Masyarakat Pesawaran Boleh Cetak Sendiri Dokumen Adminduk

 Dinas Kependudukan dan Catatan Sipil (Disdukcapil) Kabupaten Pesawaran memastikan masyarakat boleh melakukan pencetakan dokumen-dokumen kependudukan secara mandiri.


“Berdasarkan UU No 24 Tahun 2013, dan juga surat edaran Kemendagri Nomor 109 Tahun 2019, ditentukan bahwa bahan baku pencetakan dokumen adminduk diganti menggunakan kertas HVS A4 80 gram,” terang Kepala Disdukcapil Pesawaran, Ketut Partayasa, ketika diwawancarai sesuai kegiatan penyerahan Akte Perkawinan, di Desa persiapan Pujodadi, Kecamatan Negerikaton, Kamis (2/7).

Ketut juga mengungkapkan, terhitung sejak tanggal 1 Juli 2020, dokumen-dokumen kependudukan khususnya Kartu Keluarga (KK), Akte Kelahiran hingga Akte Kematian dapat dicetak secara mandiri oleh masyarakat yang bersangkutan.

"Jadi sekarang masyarakat bisa cetak sendiri, bebas mau cetak di mana aja, bisa di rumah, atau di tempat lain, yang pasti menggunakan kertas A4 itu tadi," tambah dia.

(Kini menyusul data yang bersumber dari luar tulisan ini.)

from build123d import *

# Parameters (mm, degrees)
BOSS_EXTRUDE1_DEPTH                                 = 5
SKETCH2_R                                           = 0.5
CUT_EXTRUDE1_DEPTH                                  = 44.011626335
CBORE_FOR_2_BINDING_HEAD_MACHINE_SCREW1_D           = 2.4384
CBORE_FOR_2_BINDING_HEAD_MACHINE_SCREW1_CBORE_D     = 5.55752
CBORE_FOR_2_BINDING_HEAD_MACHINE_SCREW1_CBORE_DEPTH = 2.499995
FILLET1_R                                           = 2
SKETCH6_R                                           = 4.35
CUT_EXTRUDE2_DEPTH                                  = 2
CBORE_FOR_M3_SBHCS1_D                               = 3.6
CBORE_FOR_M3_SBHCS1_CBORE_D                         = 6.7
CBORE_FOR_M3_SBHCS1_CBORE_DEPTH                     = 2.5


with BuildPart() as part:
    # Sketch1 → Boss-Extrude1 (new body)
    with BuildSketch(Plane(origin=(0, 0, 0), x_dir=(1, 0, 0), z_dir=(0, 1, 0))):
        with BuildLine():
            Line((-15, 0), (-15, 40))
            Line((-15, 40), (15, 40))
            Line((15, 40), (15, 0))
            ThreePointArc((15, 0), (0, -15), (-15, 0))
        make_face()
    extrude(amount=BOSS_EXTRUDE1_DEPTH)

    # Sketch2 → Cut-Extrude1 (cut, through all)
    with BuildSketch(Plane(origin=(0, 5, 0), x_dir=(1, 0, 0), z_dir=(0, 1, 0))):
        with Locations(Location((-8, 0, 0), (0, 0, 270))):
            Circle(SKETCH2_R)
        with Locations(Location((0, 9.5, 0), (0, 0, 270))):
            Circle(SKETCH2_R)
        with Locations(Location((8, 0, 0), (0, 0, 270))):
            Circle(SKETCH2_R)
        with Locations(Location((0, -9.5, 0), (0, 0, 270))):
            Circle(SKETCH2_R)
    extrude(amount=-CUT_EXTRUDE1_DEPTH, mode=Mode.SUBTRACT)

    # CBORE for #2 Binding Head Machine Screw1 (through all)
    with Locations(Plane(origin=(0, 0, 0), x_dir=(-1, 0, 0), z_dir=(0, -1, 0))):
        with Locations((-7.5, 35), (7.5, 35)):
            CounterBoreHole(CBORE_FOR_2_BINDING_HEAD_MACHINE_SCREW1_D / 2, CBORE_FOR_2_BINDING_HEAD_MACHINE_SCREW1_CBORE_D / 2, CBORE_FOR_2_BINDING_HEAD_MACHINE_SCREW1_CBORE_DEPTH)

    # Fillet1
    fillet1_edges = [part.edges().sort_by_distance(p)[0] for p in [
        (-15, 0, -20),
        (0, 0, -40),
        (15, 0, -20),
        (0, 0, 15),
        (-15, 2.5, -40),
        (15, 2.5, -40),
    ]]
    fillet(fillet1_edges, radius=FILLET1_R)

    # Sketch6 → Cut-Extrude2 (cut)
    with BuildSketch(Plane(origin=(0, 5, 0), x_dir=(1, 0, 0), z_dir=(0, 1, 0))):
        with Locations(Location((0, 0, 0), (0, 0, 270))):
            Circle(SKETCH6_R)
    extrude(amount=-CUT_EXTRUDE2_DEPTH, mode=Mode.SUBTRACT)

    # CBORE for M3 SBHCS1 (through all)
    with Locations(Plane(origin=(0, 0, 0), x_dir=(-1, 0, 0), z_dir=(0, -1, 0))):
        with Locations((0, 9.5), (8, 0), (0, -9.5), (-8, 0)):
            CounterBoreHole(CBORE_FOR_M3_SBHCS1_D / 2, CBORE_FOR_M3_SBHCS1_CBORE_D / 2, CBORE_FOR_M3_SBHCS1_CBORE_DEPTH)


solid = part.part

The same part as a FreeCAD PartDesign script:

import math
import FreeCAD as App
import Part
import Sketcher

V = App.Vector


def edges_at(feature, points):
    """Names of the edges that pass closest to the given points."""
    edges = feature.Shape.Edges
    near = lambda p: min(range(len(edges)), key=lambda i: edges[i].distToShape(Part.Vertex(*p))[0])
    return sorted({f"Edge{near(p) + 1}" for p in points})

doc = App.newDocument("Part")
body = doc.addObject("PartDesign::Body", "Body")

sketch1 = body.newObject("Sketcher::SketchObject", "Sketch")
sketch1.AttachmentSupport = (doc.getObject("XZ_Plane"), [""])
sketch1.MapMode = "FlatFace"
sketch1.addGeometry([
    Part.LineSegment(V(-15, -40, 0), V(-15, 0, 0)),
    Part.ArcOfCircle(Part.Circle(V(0, 0, 0), V(0, 0, 1), 15), math.radians(0), math.radians(180)),
    Part.LineSegment(V(15, 0, 0), V(15, -40, 0)),
    Part.LineSegment(V(15, -40, 0), V(-15, -40, 0)),
], False)
sketch1.addConstraint([
    Sketcher.Constraint("Tangent", 0, 2, 1, 2),
    Sketcher.Constraint("Tangent", 1, 1, 2, 1),
    Sketcher.Constraint("Coincident", 2, 2, 3, 1),
    Sketcher.Constraint("Coincident", 3, 2, 0, 1),
    Sketcher.Constraint("Vertical", 0),
    Sketcher.Constraint("Vertical", 2),
    Sketcher.Constraint("Horizontal", 3),
    Sketcher.Constraint("Coincident", 1, 3, -1, 1),
    Sketcher.Constraint("Radius", 1, 15.0),
    Sketcher.Constraint("DistanceY", 0, 1, 0, 2, 40.0),
])
pad1 = body.newObject("PartDesign::Pad", "Pad")
pad1.Profile = sketch1
pad1.Length = 5
pad1.Reversed = True

sketch2 = body.newObject("Sketcher::SketchObject", "Sketch001")
sketch2.AttachmentSupport = (doc.getObject("XZ_Plane"), [""])
sketch2.MapMode = "FlatFace"
sketch2.AttachmentOffset = App.Placement(V(0, 0, -5), App.Rotation())
sketch2.addGeometry([
    Part.Circle(V(-8, 0, 0), V(0, 0, 1), 0.5),
    Part.Circle(V(0, -9.5, 0), V(0, 0, 1), 0.5),
    Part.Circle(V(8, 0, 0), V(0, 0, 1), 0.5),
    Part.Circle(V(0, 9.5, 0), V(0, 0, 1), 0.5),
], False)
sketch2.addConstraint([
    Sketcher.Constraint("Equal", 0, 1),
    Sketcher.Constraint("Equal", 1, 2),
    Sketcher.Constraint("Equal", 2, 3),
    Sketcher.Constraint("Symmetric", 0, 3, 2, 3, -1, 1),
    Sketcher.Constraint("Symmetric", 1, 3, 3, 3, -1, 1),
    Sketcher.Constraint("PointOnObject", 0, 3, -1),
    Sketcher.Constraint("PointOnObject", 1, 3, -2),
    Sketcher.Constraint("Diameter", 0, 1.0),
    Sketcher.Constraint("DistanceX", 0, 3, -1, 1, 8.0),
    Sketcher.Constraint("DistanceY", 1, 3, 3, 3, 19.0),
])
pocket1 = body.newObject("PartDesign::Pocket", "Pocket")
pocket1.Profile = sketch2
pocket1.Type = "ThroughAll"
pocket1.Reversed = True

sketch3 = body.newObject("Sketcher::SketchObject", "Sketch002")
sketch3.AttachmentSupport = (doc.getObject("XZ_Plane"), [""])
sketch3.MapMode = "FlatFace"
sketch3.addGeometry([
    Part.Circle(V(7.5, -35, 0), V(0, 0, 1), 1.2),
    Part.Circle(V(-7.5, -35, 0), V(0, 0, 1), 1.2),
], False)
sketch3.addConstraint([
    Sketcher.Constraint("Equal", 0, 1),
    Sketcher.Constraint("Symmetric", 0, 3, 1, 3, -2),
    Sketcher.Constraint("DistanceY", 0, 3, -1, 1, 35.0),
    Sketcher.Constraint("DistanceX", 1, 3, 0, 3, 15.0),
    Sketcher.Constraint("Diameter", 0, 2.4384),
])
doc.recompute()
hole = body.newObject("PartDesign::Hole", "Hole")
hole.Profile = sketch3
hole.ThreadType = "None"
hole.Diameter = 2.4384
hole.DepthType = "ThroughAll"
hole.HoleCutType = "Counterbore"
hole.HoleCutDiameter = 5.55752
hole.HoleCutDepth = 2.499995
doc.recompute()

fillet = body.newObject("PartDesign::Fillet", "Fillet")
fillet.Base = (hole, edges_at(hole, [
    (-15, 0, -20),
    (0, 0, -40),
    (15, 0, -20),
    (0, 0, 15),
    (-15, 2.5, -40),
    (15, 2.5, -40),
]))
fillet.Radius = 2

sketch4 = body.newObject("Sketcher::SketchObject", "Sketch003")
sketch4.AttachmentSupport = (doc.getObject("XZ_Plane"), [""])
sketch4.MapMode = "FlatFace"
sketch4.AttachmentOffset = App.Placement(V(0, 0, -5), App.Rotation())
sketch4.addGeometry(Part.Circle(V(0, 0, 0), V(0, 0, 1), 4.3), False)
sketch4.addConstraint([
    Sketcher.Constraint("Coincident", 0, 3, -1, 1),
    Sketcher.Constraint("Diameter", 0, 8.7),
])
pocket2 = body.newObject("PartDesign::Pocket", "Pocket001")
pocket2.Profile = sketch4
pocket2.Length = 2
pocket2.Reversed = True

sketch5 = body.newObject("Sketcher::SketchObject", "Sketch004")
sketch5.AttachmentSupport = (doc.getObject("XZ_Plane"), [""])
sketch5.MapMode = "FlatFace"
sketch5.addGeometry([
    Part.Circle(V(0, -9.5, 0), V(0, 0, 1), 1.8),
    Part.Circle(V(-8, 0, 0), V(0, 0, 1), 1.8),
    Part.Circle(V(0, 9.5, 0), V(0, 0, 1), 1.8),
    Part.Circle(V(8, 0, 0), V(0, 0, 1), 1.8),
], False)
sketch5.addConstraint([
    Sketcher.Constraint("Equal", 0, 1),
    Sketcher.Constraint("Equal", 1, 2),
    Sketcher.Constraint("Equal", 2, 3),
    Sketcher.Constraint("Symmetric", 0, 3, 2, 3, -1, 1),
    Sketcher.Constraint("Symmetric", 1, 3, 3, 3, -1, 1),
    Sketcher.Constraint("PointOnObject", 0, 3, -2),
    Sketcher.Constraint("PointOnObject", 1, 3, -1),
    Sketcher.Constraint("Diameter", 0, 3.6),
    Sketcher.Constraint("DistanceX", 1, 3, -1, 1, 8.0),
    Sketcher.Constraint("DistanceY", 0, 3, 2, 3, 19.0),
])
doc.recompute()
hole2 = body.newObject("PartDesign::Hole", "Hole001")
hole2.Profile = sketch5
hole2.ThreadType = "None"
hole2.Diameter = 3.6
hole2.DepthType = "ThroughAll"
hole2.HoleCutType = "Counterbore"
hole2.HoleCutDiameter = 6.7
hole2.HoleCutDepth = 2.5

doc.recompute()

Terkait teknisnya, Ketut menjelaskan, masyarakat cukup melakukan pendaftaran secara online melalui website yang telah disediakan disdukcapil itu sendiri.

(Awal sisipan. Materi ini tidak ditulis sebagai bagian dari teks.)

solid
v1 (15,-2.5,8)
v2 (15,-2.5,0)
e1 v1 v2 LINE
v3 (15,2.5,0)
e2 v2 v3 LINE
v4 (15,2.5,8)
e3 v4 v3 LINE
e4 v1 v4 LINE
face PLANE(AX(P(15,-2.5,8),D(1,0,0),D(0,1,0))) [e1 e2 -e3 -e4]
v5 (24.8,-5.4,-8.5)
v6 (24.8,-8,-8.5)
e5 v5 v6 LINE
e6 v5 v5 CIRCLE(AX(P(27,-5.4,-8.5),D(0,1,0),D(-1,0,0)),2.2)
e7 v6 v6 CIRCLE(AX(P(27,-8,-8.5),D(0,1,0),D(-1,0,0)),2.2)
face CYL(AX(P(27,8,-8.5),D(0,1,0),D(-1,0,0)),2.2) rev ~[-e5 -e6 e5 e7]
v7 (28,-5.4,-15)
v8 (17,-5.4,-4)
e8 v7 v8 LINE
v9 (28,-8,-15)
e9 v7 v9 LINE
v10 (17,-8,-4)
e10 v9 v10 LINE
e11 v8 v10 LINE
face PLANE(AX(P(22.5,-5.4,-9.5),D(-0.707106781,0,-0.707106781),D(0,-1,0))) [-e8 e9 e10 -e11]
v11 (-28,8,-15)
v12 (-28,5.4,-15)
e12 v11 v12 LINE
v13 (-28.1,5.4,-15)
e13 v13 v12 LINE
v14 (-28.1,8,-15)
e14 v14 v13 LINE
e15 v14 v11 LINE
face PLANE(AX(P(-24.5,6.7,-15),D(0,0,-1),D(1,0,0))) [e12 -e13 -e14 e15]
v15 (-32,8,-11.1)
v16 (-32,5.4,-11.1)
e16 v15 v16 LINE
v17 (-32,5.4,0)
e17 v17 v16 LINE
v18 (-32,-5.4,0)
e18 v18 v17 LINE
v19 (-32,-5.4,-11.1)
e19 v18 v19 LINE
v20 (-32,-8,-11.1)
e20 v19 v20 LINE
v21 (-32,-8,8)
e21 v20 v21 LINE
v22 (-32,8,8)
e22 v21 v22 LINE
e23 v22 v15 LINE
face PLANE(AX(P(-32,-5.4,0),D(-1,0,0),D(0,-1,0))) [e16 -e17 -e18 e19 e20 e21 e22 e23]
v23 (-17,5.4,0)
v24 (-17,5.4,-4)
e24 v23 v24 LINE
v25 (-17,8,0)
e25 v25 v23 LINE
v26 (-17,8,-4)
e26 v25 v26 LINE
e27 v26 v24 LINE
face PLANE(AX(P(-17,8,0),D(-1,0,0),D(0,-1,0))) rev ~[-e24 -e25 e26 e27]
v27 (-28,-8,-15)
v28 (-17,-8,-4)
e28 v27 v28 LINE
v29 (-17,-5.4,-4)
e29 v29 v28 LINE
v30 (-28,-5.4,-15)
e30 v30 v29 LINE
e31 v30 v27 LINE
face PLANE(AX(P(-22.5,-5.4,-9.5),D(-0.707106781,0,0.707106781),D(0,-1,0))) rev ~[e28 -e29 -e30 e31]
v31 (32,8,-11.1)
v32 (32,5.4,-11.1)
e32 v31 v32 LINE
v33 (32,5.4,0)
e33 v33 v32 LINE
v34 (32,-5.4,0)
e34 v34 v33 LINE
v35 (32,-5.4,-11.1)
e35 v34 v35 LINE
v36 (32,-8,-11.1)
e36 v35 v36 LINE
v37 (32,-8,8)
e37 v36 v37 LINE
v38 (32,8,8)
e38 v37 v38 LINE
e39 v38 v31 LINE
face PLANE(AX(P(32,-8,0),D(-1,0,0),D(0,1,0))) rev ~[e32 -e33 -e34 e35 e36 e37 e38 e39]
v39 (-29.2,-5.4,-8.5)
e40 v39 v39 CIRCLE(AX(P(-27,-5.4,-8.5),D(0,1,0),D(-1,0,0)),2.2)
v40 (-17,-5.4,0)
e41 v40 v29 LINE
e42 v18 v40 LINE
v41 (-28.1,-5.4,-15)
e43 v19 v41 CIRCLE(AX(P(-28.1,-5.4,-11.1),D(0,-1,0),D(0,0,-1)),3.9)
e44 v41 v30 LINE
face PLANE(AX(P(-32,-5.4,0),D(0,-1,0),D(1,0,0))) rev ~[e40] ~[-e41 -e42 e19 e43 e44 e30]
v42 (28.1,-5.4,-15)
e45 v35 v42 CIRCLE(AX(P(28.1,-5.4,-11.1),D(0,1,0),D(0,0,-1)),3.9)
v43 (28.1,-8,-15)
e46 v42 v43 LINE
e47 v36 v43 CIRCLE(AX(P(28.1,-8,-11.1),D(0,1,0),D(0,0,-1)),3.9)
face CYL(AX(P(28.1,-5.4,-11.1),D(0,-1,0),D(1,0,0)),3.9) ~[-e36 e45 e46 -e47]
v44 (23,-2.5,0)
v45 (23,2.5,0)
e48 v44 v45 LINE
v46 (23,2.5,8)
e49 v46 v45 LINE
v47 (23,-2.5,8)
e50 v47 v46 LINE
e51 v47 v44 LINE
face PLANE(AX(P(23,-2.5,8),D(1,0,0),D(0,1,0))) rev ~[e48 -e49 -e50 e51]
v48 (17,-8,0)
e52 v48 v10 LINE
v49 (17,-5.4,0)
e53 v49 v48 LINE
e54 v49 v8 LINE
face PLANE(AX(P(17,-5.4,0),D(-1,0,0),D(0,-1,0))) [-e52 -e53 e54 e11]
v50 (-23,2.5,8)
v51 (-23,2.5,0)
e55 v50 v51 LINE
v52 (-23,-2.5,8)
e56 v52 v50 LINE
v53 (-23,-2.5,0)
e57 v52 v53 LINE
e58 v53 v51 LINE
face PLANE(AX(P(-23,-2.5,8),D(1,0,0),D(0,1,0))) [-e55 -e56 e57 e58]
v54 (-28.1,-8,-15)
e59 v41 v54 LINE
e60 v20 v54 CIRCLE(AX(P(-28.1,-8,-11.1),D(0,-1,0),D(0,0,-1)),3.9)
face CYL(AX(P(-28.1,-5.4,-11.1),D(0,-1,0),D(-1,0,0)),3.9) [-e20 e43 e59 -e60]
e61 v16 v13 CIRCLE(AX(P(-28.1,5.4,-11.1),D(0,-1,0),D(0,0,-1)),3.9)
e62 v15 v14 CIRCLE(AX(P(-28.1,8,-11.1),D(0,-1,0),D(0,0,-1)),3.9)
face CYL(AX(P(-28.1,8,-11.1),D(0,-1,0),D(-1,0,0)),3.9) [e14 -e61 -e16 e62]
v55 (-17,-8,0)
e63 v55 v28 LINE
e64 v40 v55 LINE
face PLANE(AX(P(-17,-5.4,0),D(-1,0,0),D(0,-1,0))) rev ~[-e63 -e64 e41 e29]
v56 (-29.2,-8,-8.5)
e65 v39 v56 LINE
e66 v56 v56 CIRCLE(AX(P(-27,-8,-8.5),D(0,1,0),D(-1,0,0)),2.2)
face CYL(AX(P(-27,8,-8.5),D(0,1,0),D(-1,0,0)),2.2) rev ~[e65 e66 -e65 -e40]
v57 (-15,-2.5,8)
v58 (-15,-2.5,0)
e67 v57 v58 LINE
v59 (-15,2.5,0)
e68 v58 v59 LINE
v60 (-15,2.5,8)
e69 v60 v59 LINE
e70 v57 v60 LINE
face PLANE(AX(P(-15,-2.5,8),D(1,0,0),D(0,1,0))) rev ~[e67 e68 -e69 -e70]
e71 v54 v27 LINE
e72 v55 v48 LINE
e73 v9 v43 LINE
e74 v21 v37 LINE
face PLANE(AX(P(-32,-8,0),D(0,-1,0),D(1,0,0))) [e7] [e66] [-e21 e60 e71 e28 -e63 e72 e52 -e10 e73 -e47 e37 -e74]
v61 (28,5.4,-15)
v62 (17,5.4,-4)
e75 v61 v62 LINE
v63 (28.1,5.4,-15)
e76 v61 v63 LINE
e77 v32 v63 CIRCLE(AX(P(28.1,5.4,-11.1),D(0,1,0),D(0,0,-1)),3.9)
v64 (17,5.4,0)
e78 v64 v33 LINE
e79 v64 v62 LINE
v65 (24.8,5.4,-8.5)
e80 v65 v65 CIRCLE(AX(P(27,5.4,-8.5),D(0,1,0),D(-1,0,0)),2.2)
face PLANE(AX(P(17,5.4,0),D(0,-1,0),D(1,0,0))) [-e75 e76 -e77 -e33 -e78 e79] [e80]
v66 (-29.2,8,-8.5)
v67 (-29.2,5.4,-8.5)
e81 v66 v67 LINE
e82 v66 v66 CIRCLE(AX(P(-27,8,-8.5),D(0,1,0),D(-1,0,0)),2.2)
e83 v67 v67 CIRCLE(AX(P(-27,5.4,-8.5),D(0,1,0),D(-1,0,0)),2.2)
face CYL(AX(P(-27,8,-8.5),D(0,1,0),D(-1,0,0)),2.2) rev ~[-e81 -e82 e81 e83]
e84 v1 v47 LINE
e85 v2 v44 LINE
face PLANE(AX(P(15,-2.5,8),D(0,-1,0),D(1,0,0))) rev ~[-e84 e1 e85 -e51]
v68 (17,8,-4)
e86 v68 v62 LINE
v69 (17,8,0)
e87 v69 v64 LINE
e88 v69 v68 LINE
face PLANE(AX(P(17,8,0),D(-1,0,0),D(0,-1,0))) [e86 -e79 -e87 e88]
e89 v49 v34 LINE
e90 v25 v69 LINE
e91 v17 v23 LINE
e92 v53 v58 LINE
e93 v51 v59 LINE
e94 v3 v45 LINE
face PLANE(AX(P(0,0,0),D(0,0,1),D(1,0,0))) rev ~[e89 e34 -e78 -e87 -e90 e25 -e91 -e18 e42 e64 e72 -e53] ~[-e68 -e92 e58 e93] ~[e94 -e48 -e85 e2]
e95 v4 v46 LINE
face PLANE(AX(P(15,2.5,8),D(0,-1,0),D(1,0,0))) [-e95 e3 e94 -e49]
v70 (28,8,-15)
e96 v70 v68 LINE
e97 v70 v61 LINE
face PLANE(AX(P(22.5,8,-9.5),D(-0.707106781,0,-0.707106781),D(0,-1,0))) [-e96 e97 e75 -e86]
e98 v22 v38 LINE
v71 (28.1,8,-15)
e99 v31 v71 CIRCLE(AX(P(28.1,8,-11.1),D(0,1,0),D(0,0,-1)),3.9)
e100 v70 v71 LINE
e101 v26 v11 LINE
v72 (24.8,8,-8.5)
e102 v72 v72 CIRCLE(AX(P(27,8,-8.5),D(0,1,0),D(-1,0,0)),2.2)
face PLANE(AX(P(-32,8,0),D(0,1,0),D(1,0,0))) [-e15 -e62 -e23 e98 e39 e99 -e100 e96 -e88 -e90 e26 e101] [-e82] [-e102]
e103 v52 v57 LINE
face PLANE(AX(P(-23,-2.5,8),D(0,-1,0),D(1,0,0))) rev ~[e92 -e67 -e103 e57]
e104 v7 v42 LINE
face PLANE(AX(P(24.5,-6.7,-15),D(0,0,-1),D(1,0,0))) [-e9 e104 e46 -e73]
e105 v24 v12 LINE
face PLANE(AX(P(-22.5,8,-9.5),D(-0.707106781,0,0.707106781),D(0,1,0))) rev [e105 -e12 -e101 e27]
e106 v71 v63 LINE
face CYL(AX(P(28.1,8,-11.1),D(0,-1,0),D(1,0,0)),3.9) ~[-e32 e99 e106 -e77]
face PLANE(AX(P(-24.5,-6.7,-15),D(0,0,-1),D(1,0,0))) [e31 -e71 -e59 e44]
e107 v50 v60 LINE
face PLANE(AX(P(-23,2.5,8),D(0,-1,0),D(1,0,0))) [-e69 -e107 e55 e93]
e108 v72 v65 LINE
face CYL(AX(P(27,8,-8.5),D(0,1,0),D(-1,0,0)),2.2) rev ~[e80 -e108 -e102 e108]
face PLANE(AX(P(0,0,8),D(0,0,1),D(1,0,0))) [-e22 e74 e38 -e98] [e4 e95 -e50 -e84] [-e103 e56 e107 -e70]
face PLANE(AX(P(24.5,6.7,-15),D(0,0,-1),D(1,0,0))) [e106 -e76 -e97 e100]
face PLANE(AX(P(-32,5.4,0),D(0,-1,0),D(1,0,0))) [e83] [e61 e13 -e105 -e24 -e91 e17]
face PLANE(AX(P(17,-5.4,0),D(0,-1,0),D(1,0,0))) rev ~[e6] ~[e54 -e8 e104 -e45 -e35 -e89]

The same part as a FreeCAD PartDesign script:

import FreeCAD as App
import Part
import Sketcher

V = App.Vector


def edges_at(feature, points):
    """Names of the edges that pass closest to the given points."""
    edges = feature.Shape.Edges
    near = lambda p: min(range(len(edges)), key=lambda i: edges[i].distToShape(Part.Vertex(*p))[0])
    return sorted({f"Edge{near(p) + 1}" for p in points})

doc = App.newDocument("Part")
body = doc.addObject("PartDesign::Body", "Body")

# Sketch on XY plane
sketch1 = body.newObject("Sketcher::SketchObject", "Sketch")
sketch1.AttachmentSupport = (doc.getObject("XY_Plane"), [""])
sketch1.MapMode = "FlatFace"
sketch1.addGeometry([
    Part.LineSegment(V(-32, 8, 0), V(-32, -8, 0)),
    Part.LineSegment(V(-32, -8, 0), V(32, -8, 0)),
    Part.LineSegment(V(32, -8, 0), V(32, 8, 0)),
    Part.LineSegment(V(32, 8, 0), V(-32, 8, 0)),
], False)
sketch1.addConstraint([
    Sketcher.Constraint("Coincident", 0, 2, 1, 1),
    Sketcher.Constraint("Coincident", 1, 2, 2, 1),
    Sketcher.Constraint("Coincident", 2, 2, 3, 1),
    Sketcher.Constraint("Coincident", 3, 2, 0, 1),
    Sketcher.Constraint("Vertical", 0),
    Sketcher.Constraint("Horizontal", 1),
    Sketcher.Constraint("Vertical", 2),
    Sketcher.Constraint("Horizontal", 3),
    Sketcher.Constraint("Symmetric", 0, 2, 2, 2, -1, 1),
    Sketcher.Constraint("DistanceX", 1, 1, 1, 2, 64.0),
    Sketcher.Constraint("DistanceY", 0, 2, 0, 1, 16.0),
])
pad1 = body.newObject("PartDesign::Pad", "Pad")
pad1.Profile = sketch1
pad1.Length = 8

# Sketch on XY plane
sketch2 = body.newObject("Sketcher::SketchObject", "Sketch001")
sketch2.AttachmentSupport = (doc.getObject("XY_Plane"), [""])
sketch2.MapMode = "FlatFace"
sketch2.addGeometry([
    Part.LineSegment(V(-32, -8, 0), V(-32, -5.4, 0)),  # 0
    Part.LineSegment(V(-32, -5.4, 0), V(-17, -5.4, 0)),  # 1
    Part.LineSegment(V(-17, -5.4, 0), V(-17, -8, 0)),  # 2
    Part.LineSegment(V(-17, -8, 0), V(-32, -8, 0)),  # 3
    Part.LineSegment(V(-32, 5.4, 0), V(-32, 8, 0)),  # 4
    Part.LineSegment(V(-32, 8, 0), V(-17, 8, 0)),  # 5
    Part.LineSegment(V(-17, 8, 0), V(-17, 5.4, 0)),  # 6
    Part.LineSegment(V(-17, 5.4, 0), V(-32, 5.4, 0)),  # 7
    Part.LineSegment(V(17, -8, 0), V(17, -5.4, 0)),  # 8
    Part.LineSegment(V(17, -5.4, 0), V(32, -5.4, 0)),  # 9
    Part.LineSegment(V(32, -5.4, 0), V(32, -8, 0)),  # 10
    Part.LineSegment(V(32, -8, 0), V(17, -8, 0)),  # 11
    Part.LineSegment(V(17, 5.4, 0), V(17, 8, 0)),  # 12
    Part.LineSegment(V(17, 8, 0), V(32, 8, 0)),  # 13
    Part.LineSegment(V(32, 8, 0), V(32, 5.4, 0)),  # 14
    Part.LineSegment(V(32, 5.4, 0), V(17, 5.4, 0)),  # 15
], False)
sketch2.addConstraint([
    Sketcher.Constraint("Coincident", 0, 2, 1, 1),
    Sketcher.Constraint("Coincident", 1, 2, 2, 1),
    Sketcher.Constraint("Coincident", 2, 2, 3, 1),
    Sketcher.Constraint("Coincident", 3, 2, 0, 1),
    Sketcher.Constraint("Coincident", 4, 2, 5, 1),
    Sketcher.Constraint("Coincident", 5, 2, 6, 1),
    Sketcher.Constraint("Coincident", 6, 2, 7, 1),
    Sketcher.Constraint("Coincident", 7, 2, 4, 1),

Baru setelah itu, masyarakat yang telah mendaftar akan mendapatkan semacam barcode yang berisi file untuk dicetak secara mandiri.

Ia juga menambahkan, masyarakat tidak perlu khawatir akan legalitas dukumen adminduk yang dicetak secara mandiri tersebut.

"Daftarnya online, nanti setelah daftar akan kita kasih Pdf, baru nanti masyarakat tinggal cetak sendiri," jelas dia.

"Setelah dicetak sudah selesai, tidak perlu lagi legalisir, atau cap basah, karena sudah ada barcodenya," tambahnya.

Hanya saja, Ketut mengatakan, sistem pencetakan secara mandiri tersebut tidak berlaku bagi e-KTP. Sebab sistem yang ada saat ini belum mendukung fasilitas tersebut, disamping e-KTP yang harus dicetak menggunakan blanko khusus.

Selain itu, ia juga menuturkan, dirinya telah membuat surat edaran kepada seluruh camat yang ada di Kabupaten Pesawaran, terkait Permendagri yang mengatur tentang pencetakan adminduk secara mandiri tersebut.

"Sudah saya berikan edaran kepada camat-camat, untuk diinformasikan kepada masyarakatnya," tutup dia.